Some things that could improve this model would be to use data from different seasons/quarters instead of all from the same week. Crypto fluctuates all the time and having more data with these fluctuations would help the model make more accurate predictions during times of decline and times of increase in crypto prices. Another way to improve this model would be to remove the polarity since there has been similar studies that found out that polarity is not very deterministic and might even hurt the regression model, instead, using google trends would be better and less opinionated.
This work explores different machine learning algorithms such as Linear Regression models with different features and Recurrent Neural Networks and it compares each one. The goal is to show that the price of Bitcoin can be accurately predicted using machine learning, which they successfully prove. Compared to my work, this work uses two different algorithms and only tries to use the model to predict the price of Bitcoin over a period of time. My work tries to predict the future price of Bitcoin and uses an ensemble regression model.
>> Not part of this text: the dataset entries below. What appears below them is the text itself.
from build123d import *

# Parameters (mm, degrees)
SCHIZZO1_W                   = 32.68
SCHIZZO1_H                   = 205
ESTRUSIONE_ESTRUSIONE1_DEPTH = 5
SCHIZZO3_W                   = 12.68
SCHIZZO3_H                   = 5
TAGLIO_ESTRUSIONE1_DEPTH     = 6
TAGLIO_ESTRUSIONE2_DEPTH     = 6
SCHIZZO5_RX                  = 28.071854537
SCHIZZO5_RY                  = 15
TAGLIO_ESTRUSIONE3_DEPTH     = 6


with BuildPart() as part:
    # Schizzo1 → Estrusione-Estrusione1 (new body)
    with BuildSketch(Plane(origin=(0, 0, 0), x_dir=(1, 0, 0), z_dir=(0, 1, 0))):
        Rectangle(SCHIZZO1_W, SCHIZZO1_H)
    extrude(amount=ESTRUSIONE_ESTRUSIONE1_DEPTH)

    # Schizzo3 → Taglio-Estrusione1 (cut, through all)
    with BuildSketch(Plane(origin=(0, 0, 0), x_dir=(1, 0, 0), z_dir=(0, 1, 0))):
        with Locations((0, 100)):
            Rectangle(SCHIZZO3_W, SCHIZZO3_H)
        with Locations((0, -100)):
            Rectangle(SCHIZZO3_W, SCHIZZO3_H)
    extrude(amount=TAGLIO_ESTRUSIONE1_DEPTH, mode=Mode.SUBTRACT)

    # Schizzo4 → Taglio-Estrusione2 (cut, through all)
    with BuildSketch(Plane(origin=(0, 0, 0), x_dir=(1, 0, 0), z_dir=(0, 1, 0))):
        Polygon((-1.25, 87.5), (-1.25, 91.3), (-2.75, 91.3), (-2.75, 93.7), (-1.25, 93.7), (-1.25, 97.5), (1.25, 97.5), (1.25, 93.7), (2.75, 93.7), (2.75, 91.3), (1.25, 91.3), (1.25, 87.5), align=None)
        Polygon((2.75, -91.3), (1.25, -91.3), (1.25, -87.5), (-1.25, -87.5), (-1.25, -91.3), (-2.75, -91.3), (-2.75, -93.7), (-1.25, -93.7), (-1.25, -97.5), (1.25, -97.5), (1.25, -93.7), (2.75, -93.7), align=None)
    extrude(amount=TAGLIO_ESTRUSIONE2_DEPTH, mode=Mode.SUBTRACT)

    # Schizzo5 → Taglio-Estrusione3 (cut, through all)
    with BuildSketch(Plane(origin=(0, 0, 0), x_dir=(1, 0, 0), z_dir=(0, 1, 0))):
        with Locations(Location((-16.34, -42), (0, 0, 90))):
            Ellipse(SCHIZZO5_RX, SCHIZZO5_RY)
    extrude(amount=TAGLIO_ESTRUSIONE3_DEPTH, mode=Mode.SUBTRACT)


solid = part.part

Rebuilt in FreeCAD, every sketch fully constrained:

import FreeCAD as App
import Part
import Sketcher
Q = App.Units.Quantity


def add_polygon(sketch, points):
    """Adds a closed chain of lines whose ends are joined by coincident constraints."""
    first, n = sketch.GeometryCount, len(points)
    for a, b in zip(points, points[1:] + points[:1]):
        sketch.addGeometry(Part.LineSegment(App.Vector(*a, 0), App.Vector(*b, 0)), False)
    for i in range(n):
        sketch.addConstraint(Sketcher.Constraint("Coincident", first + i, 2, first + (i + 1) % n, 1))

doc = App.newDocument("Part")
body = doc.addObject("PartDesign::Body", "Body")

# Sketch on XZ plane
sketch1 = body.newObject("Sketcher::SketchObject", "Sketch")
sketch1.AttachmentSupport = (doc.getObject("XZ_Plane"), [""])
sketch1.MapMode = "FlatFace"
add_polygon(sketch1, [(-16, -102), (-16, 102), (16, 102), (16, -102)])  # lines 0-3
sketch1.addConstraint([
    Sketcher.Constraint("Vertical", 0),
    Sketcher.Constraint("Horizontal", 1),
    Sketcher.Constraint("Vertical", 2),
    Sketcher.Constraint("Horizontal", 3),
    Sketcher.Constraint("Symmetric", 0, 2, 2, 2, -1, 1),
    Sketcher.Constraint("DistanceY", 0, 1, 0, 2, Q("205 mm")),
    Sketcher.Constraint("DistanceX", 1, 1, 1, 2, Q("32.68 mm")),
])
pad1 = body.newObject("PartDesign::Pad", "Pad")
pad1.Profile = sketch1
pad1.Length = 5
pad1.Reversed = True

# Sketch on XZ plane
sketch2 = body.newObject("Sketcher::SketchObject", "Sketch001")
sketch2.AttachmentSupport = (doc.getObject("XZ_Plane"), [""])
sketch2.MapMode = "FlatFace"
add_polygon(sketch2, [(-6, -102), (-6, -98), (6, -98), (6, -102)])  # lines 0-3
add_polygon(sketch2, [(-6, 98), (-6, 102), (6, 102), (6, 98)])  # lines 4-7
sketch2.addConstraint([
    Sketcher.Constraint("Vertical", 0),
    Sketcher.Constraint("Horizontal", 1),
    Sketcher.Constraint("Vertical", 2),
    Sketcher.Constraint("Horizontal", 3),
    Sketcher.Constraint("Vertical", 4),
    Sketcher.Constraint("Horizontal", 5),
    Sketcher.Constraint("Vertical", 6),
    Sketcher.Constraint("Horizontal", 7),
    Sketcher.Constraint("Symmetric", 2, 2, 4, 2, -1, 1),
    Sketcher.Constraint("Symmetric", 0, 2, 6, 2, -1, 1),
    Sketcher.Constraint("Vertical", 3, 2, 4, 2),
    Sketcher.Constraint("DistanceY", 0, 1, 0, 2, Q("5 mm")),
    Sketcher.Constraint("DistanceY", 0, 2, 4, 2, Q("200 mm")),
    Sketcher.Constraint("DistanceX", 1, 1, 1, 2, Q("12.68 mm")),
])
pocket1 = body.newObject("PartDesign::Pocket", "Pocket")
pocket1.Profile = sketch2
pocket1.Type = "ThroughAll"

# Sketch on XZ plane
sketch3 = body.newObject("Sketcher::SketchObject", "Sketch002")
sketch3.AttachmentSupport = (doc.getObject("XZ_Plane"), [""])
sketch3.MapMode = "FlatFace"
add_polygon(sketch3, [(-1.2, -91.3), (-1.2, -87.5), (1.2, -87.5), (1.2, -91.3), (2.8, -91.3), (2.8, -93.7), (1.2, -93.7), (1.2, -97.5), (-1.2, -97.5), (-1.2, -93.7), (-2.8, -93.7), (-2.8, -91.3)])  # lines 0-11
add_polygon(sketch3, [(2.8, 91.3), (1.2, 91.3), (1.2, 87.5), (-1.2, 87.5), (-1.2, 91.3), (-2.8, 91.3), (-2.8, 93.7), (-1.2, 93.7), (-1.2, 97.5), (1.2, 97.5), (1.2, 93.7), (2.8, 93.7)])  # lines 12-23
sketch3.addConstraint([
    Sketcher.Constraint("Vertical", 0),
    Sketcher.Constraint("Horizontal", 1),
    Sketcher.Constraint("Vertical", 2),
    Sketcher.Constraint("Horizontal", 3),
    Sketcher.Constraint("Vertical", 4),
    Sketcher.Constraint("Horizontal", 5),
    Sketcher.Constraint("Vertical", 6),
    Sketcher.Constraint("Horizontal", 7),
    Sketcher.Constraint("Vertical", 8),
    Sketcher.Constraint("Horizontal", 9),
    Sketcher.Constraint("Vertical", 10),
    Sketcher.Constraint("Horizontal", 11),
    Sketcher.Constraint("Horizontal", 12),
    Sketcher.Constraint("Vertical", 13),
    Sketcher.Constraint("Horizontal", 14),
    Sketcher.Constraint("Vertical", 15),
    Sketcher.Constraint("Horizontal", 16),
    Sketcher.Constraint("Vertical", 17),
    Sketcher.Constraint("Horizontal", 18),
    Sketcher.Constraint("Vertical", 19),
    Sketcher.Constraint("Horizontal", 20),
    Sketcher.Constraint("Vertical", 21),
    Sketcher.Constraint("Horizontal", 22),
    Sketcher.Constraint("Vertical", 23),
    Sketcher.Constraint("Symmetric", 11, 2, 12, 2, -1, 1),
    Sketcher.Constraint("Symmetric", 1, 2, 14, 2, -1, 1),
    Sketcher.Constraint("Symmetric", 3, 2, 16, 2, -1, 1),
    Sketcher.Constraint("Symmetric", 5, 2, 18, 2, -1, 1),
    Sketcher.Constraint("Symmetric", 7, 2, 20, 2, -1, 1),
    Sketcher.Constraint("Symmetric", 9, 2, 22, 2, -1, 1),
    Sketcher.Constraint("Symmetric", 5, 2, 8, 2, -2),
    Sketcher.Constraint("Symmetric", 3, 2, 10, 2, -2),
    Sketcher.Constraint("Vertical", 2, 2, 5, 2),
    Sketcher.Constraint("Vertical", 0, 2, 7, 2),
    Sketcher.Constraint("Equal", 2, 6),
    Sketcher.Constraint("DistanceX", 1, 1, 1, 2, Q("2.5 mm")),
    Sketcher.Constraint("DistanceX", 3, 1, 3, 2, Q("1.5 mm")),
    Sketcher.Constraint("DistanceY", 0, 1, 0, 2, Q("3.8 mm")),
    Sketcher.Constraint("DistanceY", 4, 2, 4, 1, Q("2.4 mm")),
    Sketcher.Constraint("DistanceY", 1, 2, 13, 2, Q("175 mm")),
])
pocket2 = body.newObject("PartDesign::Pocket", "Pocket001")
pocket2.Profile = sketch3
pocket2.Type = "ThroughAll"

# Sketch on XZ plane
sketch4 = body.newObject("Sketcher::SketchObject", "Sketch003")
sketch4.AttachmentSupport = (doc.getObject("XZ_Plane"), [""])
sketch4.MapMode = "FlatFace"
sketch4.addGeometry(Part.Ellipse(App.Vector(-16.34, 13.928145, 0), App.Vector(-1.34, 42, 0), App.Vector(-16.34, 42, 0)), False)
sketch4.addConstraint(Sketcher.Constraint("Block", 0))
pocket3 = body.newObject("PartDesign::Pocket", "Pocket002")
pocket3.Profile = sketch4
pocket3.Type = "ThroughAll"

doc.recompute()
This work strictly uses previous data from Bitcoin to train the model and does not use sentiment analysis which shows the strength of their model to be so accurate with only historical prices.
http://103.47.12.35/bitstream/handle/1/9794/bt3309.pdf?sequence=1&isAllowed=y
This paper [3] proposes three different types of recurrent neural network models to predict the prices of three different crypto currencies. The gated recurrent unit performed better than long short term memory and bidirectional long short term memory when comparing accuracy. Compared to my work, this paper compares three different models and only tests it on three different coins. It also examines Random Forest Regressor and uses an 80% training set and 20% test set while I used a 70% training set and 30% test set. The strength of this is having trained with more information. This paper also brings up the economical problems of having an algorithm that can accurately predict the price of cryptocurrencies and stocks.
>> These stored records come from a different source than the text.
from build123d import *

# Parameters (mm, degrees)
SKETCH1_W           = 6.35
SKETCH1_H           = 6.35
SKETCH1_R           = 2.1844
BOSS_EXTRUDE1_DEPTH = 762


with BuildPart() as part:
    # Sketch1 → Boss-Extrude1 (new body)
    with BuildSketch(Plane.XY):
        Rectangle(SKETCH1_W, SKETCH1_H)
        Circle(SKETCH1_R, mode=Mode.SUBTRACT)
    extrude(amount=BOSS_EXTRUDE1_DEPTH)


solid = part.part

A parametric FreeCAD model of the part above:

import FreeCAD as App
import Part
import Sketcher

V = App.Vector
Q = App.Units.Quantity

doc = App.newDocument("Part")
body = doc.addObject("PartDesign::Body", "Body")

sketch1 = doc.addObject("Sketcher::SketchObject", "Sketch")
body.addObject(sketch1)
sketch1.AttachmentSupport = (doc.XY_Plane, [""])
sketch1.MapMode = "FlatFace"
sketch1.addGeometry([
    Part.LineSegment(V(-3.2, 3.2, 0), V(-3.2, -3.2, 0)),
    Part.LineSegment(V(-3.2, -3.2, 0), V(3.2, -3.2, 0)),
    Part.LineSegment(V(3.2, -3.2, 0), V(3.2, 3.2, 0)),
    Part.LineSegment(V(3.2, 3.2, 0), V(-3.2, 3.2, 0)),
    Part.Circle(V(0, 0, 0), V(0, 0, 1), 2.2),
], False)
sketch1.addConstraint([
    Sketcher.Constraint("Coincident", 0, 2, 1, 1),
    Sketcher.Constraint("Coincident", 1, 2, 2, 1),
    Sketcher.Constraint("Coincident", 2, 2, 3, 1),
    Sketcher.Constraint("Coincident", 3, 2, 0, 1),
    Sketcher.Constraint("Vertical", 0),
    Sketcher.Constraint("Horizontal", 1),
    Sketcher.Constraint("Vertical", 2),
    Sketcher.Constraint("Horizontal", 3),
    Sketcher.Constraint("Coincident", 4, 3, -1, 1),
    Sketcher.Constraint("Symmetric", 0, 2, 2, 2, -1, 1),
    Sketcher.Constraint("Equal", 3, 0),
    Sketcher.Constraint("Diameter", 4, Q("0.172 in")),
    Sketcher.Constraint("DistanceX", 1, 1, 1, 2, Q("0.25 in")),
])
pad1 = doc.addObject("PartDesign::Pad", "Pad")
body.addObject(pad1)
pad1.Profile = sketch1
pad1.Length = Q("30 in")

doc.recompute()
https://scholar.smu.edu/cgi/viewcontent.cgi?article=1039&context=datasciencereview
This paper attempts to find a solution to predicting cryptocurrency price changes using sentiment analysis of tweets. They concluded that sentiment analysis for prediction is not as effective when the price is falling but instead Google trends and tweet volume are much better for prediction. Compared to my work, this paper uses a Python Twitter library called Tweepy for Python API called while I used Postman to call the Twitter API. Both approaches effectively get tweets from Twitter. This paper cleans the tweets similarly to how I cleaned my tweets before using a sentiment analysis algorithm. This paper does not use machine learning but instead only uses the polarity of the tweets to tell if the cryptocurrency will increase or decrease.